Will you return, word for word, only the lines from the top of the data below down to and including the one with "#40=CYLINDRICAL_SURFACE('',#39,3.375);"?

START Dataset extract

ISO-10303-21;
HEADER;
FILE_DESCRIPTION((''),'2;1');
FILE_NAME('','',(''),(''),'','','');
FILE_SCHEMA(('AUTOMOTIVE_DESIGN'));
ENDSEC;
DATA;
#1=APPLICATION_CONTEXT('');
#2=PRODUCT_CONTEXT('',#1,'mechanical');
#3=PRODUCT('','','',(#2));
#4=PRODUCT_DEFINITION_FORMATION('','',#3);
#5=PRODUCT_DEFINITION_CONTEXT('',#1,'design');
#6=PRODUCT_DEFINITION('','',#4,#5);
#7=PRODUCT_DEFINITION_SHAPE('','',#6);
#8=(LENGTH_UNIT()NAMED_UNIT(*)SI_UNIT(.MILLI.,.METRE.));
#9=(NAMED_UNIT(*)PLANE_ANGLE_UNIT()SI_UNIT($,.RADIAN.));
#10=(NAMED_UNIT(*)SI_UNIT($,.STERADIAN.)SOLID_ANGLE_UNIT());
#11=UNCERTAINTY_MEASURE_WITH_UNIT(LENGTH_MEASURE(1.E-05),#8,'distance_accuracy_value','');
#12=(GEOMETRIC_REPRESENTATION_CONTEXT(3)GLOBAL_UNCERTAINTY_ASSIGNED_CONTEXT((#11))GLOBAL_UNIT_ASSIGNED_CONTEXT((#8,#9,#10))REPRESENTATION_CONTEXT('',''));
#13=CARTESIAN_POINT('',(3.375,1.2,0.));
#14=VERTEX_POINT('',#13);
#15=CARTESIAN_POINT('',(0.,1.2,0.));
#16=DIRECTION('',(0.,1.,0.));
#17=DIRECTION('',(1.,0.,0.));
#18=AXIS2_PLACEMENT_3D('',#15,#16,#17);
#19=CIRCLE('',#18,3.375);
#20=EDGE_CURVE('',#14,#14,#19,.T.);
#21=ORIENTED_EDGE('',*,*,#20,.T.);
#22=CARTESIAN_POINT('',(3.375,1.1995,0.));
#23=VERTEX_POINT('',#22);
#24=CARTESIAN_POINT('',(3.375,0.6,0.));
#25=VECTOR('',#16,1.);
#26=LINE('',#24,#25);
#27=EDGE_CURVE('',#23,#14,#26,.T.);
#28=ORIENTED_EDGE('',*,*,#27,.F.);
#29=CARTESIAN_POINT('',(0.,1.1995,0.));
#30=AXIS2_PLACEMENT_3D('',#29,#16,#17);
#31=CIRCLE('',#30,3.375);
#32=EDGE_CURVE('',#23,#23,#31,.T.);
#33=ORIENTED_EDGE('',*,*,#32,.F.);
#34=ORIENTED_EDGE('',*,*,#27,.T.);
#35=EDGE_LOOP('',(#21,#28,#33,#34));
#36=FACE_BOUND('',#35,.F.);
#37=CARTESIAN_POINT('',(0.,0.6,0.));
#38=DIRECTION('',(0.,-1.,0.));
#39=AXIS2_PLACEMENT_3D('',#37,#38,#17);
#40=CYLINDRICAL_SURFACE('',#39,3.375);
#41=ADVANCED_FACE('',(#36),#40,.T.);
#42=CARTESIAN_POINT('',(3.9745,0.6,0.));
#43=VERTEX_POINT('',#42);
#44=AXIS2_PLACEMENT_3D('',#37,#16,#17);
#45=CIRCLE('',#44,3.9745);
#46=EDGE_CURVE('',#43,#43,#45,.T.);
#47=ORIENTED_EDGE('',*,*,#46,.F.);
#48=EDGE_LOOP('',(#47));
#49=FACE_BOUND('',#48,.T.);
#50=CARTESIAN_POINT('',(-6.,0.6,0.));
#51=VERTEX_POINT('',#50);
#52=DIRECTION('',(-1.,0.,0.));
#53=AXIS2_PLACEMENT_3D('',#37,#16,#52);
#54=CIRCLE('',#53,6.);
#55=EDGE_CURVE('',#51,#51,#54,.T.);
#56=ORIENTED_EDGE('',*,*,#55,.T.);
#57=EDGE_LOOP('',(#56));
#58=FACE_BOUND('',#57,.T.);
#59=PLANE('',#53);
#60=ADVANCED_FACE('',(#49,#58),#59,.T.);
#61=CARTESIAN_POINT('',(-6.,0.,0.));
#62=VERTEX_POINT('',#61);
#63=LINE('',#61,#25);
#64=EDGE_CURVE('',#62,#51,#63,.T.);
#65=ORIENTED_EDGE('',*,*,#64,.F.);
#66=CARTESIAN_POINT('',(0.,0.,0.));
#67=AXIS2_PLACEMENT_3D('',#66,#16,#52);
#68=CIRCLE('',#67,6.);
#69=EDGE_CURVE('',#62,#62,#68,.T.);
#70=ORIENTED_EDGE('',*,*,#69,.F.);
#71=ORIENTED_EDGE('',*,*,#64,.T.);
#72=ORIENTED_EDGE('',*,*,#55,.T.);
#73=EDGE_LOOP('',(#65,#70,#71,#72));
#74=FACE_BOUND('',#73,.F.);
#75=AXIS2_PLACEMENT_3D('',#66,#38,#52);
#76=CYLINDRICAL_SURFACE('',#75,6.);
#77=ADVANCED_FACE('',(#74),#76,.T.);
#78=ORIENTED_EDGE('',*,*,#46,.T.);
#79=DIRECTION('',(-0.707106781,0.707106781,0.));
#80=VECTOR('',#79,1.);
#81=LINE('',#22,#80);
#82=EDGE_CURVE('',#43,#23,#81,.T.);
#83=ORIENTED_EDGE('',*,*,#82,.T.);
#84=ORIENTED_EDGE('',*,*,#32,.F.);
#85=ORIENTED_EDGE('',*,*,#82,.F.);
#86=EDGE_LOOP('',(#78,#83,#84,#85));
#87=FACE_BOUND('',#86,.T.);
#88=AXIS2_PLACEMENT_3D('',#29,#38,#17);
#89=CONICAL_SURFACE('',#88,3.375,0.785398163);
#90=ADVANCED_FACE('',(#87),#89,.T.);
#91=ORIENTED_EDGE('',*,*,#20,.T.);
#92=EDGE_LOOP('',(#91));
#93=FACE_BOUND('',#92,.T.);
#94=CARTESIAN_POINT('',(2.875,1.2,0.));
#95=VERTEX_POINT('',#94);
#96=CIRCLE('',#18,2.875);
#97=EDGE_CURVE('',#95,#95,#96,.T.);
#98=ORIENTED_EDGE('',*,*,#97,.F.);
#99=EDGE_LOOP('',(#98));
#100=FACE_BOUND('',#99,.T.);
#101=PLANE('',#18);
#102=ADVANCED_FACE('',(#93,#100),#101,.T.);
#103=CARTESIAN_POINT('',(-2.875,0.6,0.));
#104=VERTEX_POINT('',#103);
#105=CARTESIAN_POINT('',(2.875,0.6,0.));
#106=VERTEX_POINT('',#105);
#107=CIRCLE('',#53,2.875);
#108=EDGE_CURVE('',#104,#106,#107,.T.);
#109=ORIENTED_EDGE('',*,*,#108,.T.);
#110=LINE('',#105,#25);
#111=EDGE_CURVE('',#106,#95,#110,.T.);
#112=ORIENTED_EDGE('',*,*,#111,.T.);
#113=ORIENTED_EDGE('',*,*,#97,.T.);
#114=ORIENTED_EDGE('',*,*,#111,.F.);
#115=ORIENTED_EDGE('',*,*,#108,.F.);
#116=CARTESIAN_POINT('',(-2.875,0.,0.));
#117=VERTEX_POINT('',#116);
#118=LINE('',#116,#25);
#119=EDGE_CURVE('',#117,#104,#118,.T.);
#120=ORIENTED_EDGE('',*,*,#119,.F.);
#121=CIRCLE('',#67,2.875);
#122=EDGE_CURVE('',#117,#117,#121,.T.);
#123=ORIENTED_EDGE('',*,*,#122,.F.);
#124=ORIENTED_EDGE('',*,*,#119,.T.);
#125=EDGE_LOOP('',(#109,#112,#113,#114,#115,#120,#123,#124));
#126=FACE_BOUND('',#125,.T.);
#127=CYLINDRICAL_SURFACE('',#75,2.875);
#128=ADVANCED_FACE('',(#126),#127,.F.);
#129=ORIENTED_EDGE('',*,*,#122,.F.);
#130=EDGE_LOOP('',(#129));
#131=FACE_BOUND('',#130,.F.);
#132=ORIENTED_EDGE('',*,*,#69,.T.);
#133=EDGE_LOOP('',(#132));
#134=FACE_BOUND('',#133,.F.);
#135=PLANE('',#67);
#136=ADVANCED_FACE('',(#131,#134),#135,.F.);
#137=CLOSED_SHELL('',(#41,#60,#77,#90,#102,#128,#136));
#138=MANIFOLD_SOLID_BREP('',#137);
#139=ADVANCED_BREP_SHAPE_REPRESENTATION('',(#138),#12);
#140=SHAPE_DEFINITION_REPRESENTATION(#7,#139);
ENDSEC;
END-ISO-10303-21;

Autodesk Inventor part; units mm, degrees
ref_plane "YZ Plane" through (0, 0, 0) normal (1, 0, 0) x (0, 1, 0)
ref_plane "XZ Plane" through (0, 0, 0) normal (0, 1, 0) x (-1, 0, 0)
ref_plane "XY Plane" through (0, 0, 0) normal (0, 0, 1) x (1, 0, 0)
sketch "Sketch1" plane through (0, 0, 0) normal (0, 1, 0) x (-1, 0, 0)
  circle A0 centre (0, 0) radius 2.875
  circle A1 centre (0, 0) radius 6
  dimension "d0" = 5.75
  dimension "d1" = 12
extrude "Extrusion1" add sketch "Sketch1" along normal blind 0.6
sketch "Sketch2" plane through (0, 0.6, 0) normal (0, 1, 0) x (1, 0, 0)
  circle A0 centre (0, 0) radius 2.875 projected
  circle A1 centre (0, 0) radius 6 projected
  circle A2 centre (0, 0) radius 3.375
  dimension "d4" = 0.5
extrude "Extrusion2" add sketch "Sketch2" along normal blind 0.6 contours A2
chamfer "Chamfer1" distance 0.6 angle 45 1 edges at (-3.375, 0.6, 0)
properties part number "m5_shim_alt"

END Dataset extract

Exercise response
ISO-10303-21;
HEADER;
FILE_DESCRIPTION((''),'2;1');
FILE_NAME('','',(''),(''),'','','');
FILE_SCHEMA(('AUTOMOTIVE_DESIGN'));
ENDSEC;
DATA;
#1=APPLICATION_CONTEXT('');
#2=PRODUCT_CONTEXT('',#1,'mechanical');
#3=PRODUCT('','','',(#2));
#4=PRODUCT_DEFINITION_FORMATION('','',#3);
#5=PRODUCT_DEFINITION_CONTEXT('',#1,'design');
#6=PRODUCT_DEFINITION('','',#4,#5);
#7=PRODUCT_DEFINITION_SHAPE('','',#6);
#8=(LENGTH_UNIT()NAMED_UNIT(*)SI_UNIT(.MILLI.,.METRE.));
#9=(NAMED_UNIT(*)PLANE_ANGLE_UNIT()SI_UNIT($,.RADIAN.));
#10=(NAMED_UNIT(*)SI_UNIT($,.STERADIAN.)SOLID_ANGLE_UNIT());
#11=UNCERTAINTY_MEASURE_WITH_UNIT(LENGTH_MEASURE(1.E-05),#8,'distance_accuracy_value','');
#12=(GEOMETRIC_REPRESENTATION_CONTEXT(3)GLOBAL_UNCERTAINTY_ASSIGNED_CONTEXT((#11))GLOBAL_UNIT_ASSIGNED_CONTEXT((#8,#9,#10))REPRESENTATION_CONTEXT('',''));
#13=CARTESIAN_POINT('',(3.375,1.2,0.));
#14=VERTEX_POINT('',#13);
#15=CARTESIAN_POINT('',(0.,1.2,0.));
#16=DIRECTION('',(0.,1.,0.));
#17=DIRECTION('',(1.,0.,0.));
#18=AXIS2_PLACEMENT_3D('',#15,#16,#17);
#19=CIRCLE('',#18,3.375);
#20=EDGE_CURVE('',#14,#14,#19,.T.);
#21=ORIENTED_EDGE('',*,*,#20,.T.);
#22=CARTESIAN_POINT('',(3.375,1.1995,0.));
#23=VERTEX_POINT('',#22);
#24=CARTESIAN_POINT('',(3.375,0.6,0.));
#25=VECTOR('',#16,1.);
#26=LINE('',#24,#25);
#27=EDGE_CURVE('',#23,#14,#26,.T.);
#28=ORIENTED_EDGE('',*,*,#27,.F.);
#29=CARTESIAN_POINT('',(0.,1.1995,0.));
#30=AXIS2_PLACEMENT_3D('',#29,#16,#17);
#31=CIRCLE('',#30,3.375);
#32=EDGE_CURVE('',#23,#23,#31,.T.);
#33=ORIENTED_EDGE('',*,*,#32,.F.);
#34=ORIENTED_EDGE('',*,*,#27,.T.);
#35=EDGE_LOOP('',(#21,#28,#33,#34));
#36=FACE_BOUND('',#35,.F.);
#37=CARTESIAN_POINT('',(0.,0.6,0.));
#38=DIRECTION('',(0.,-1.,0.));
#39=AXIS2_PLACEMENT_3D('',#37,#38,#17);
#40=CYLINDRICAL_SURFACE('',#39,3.375);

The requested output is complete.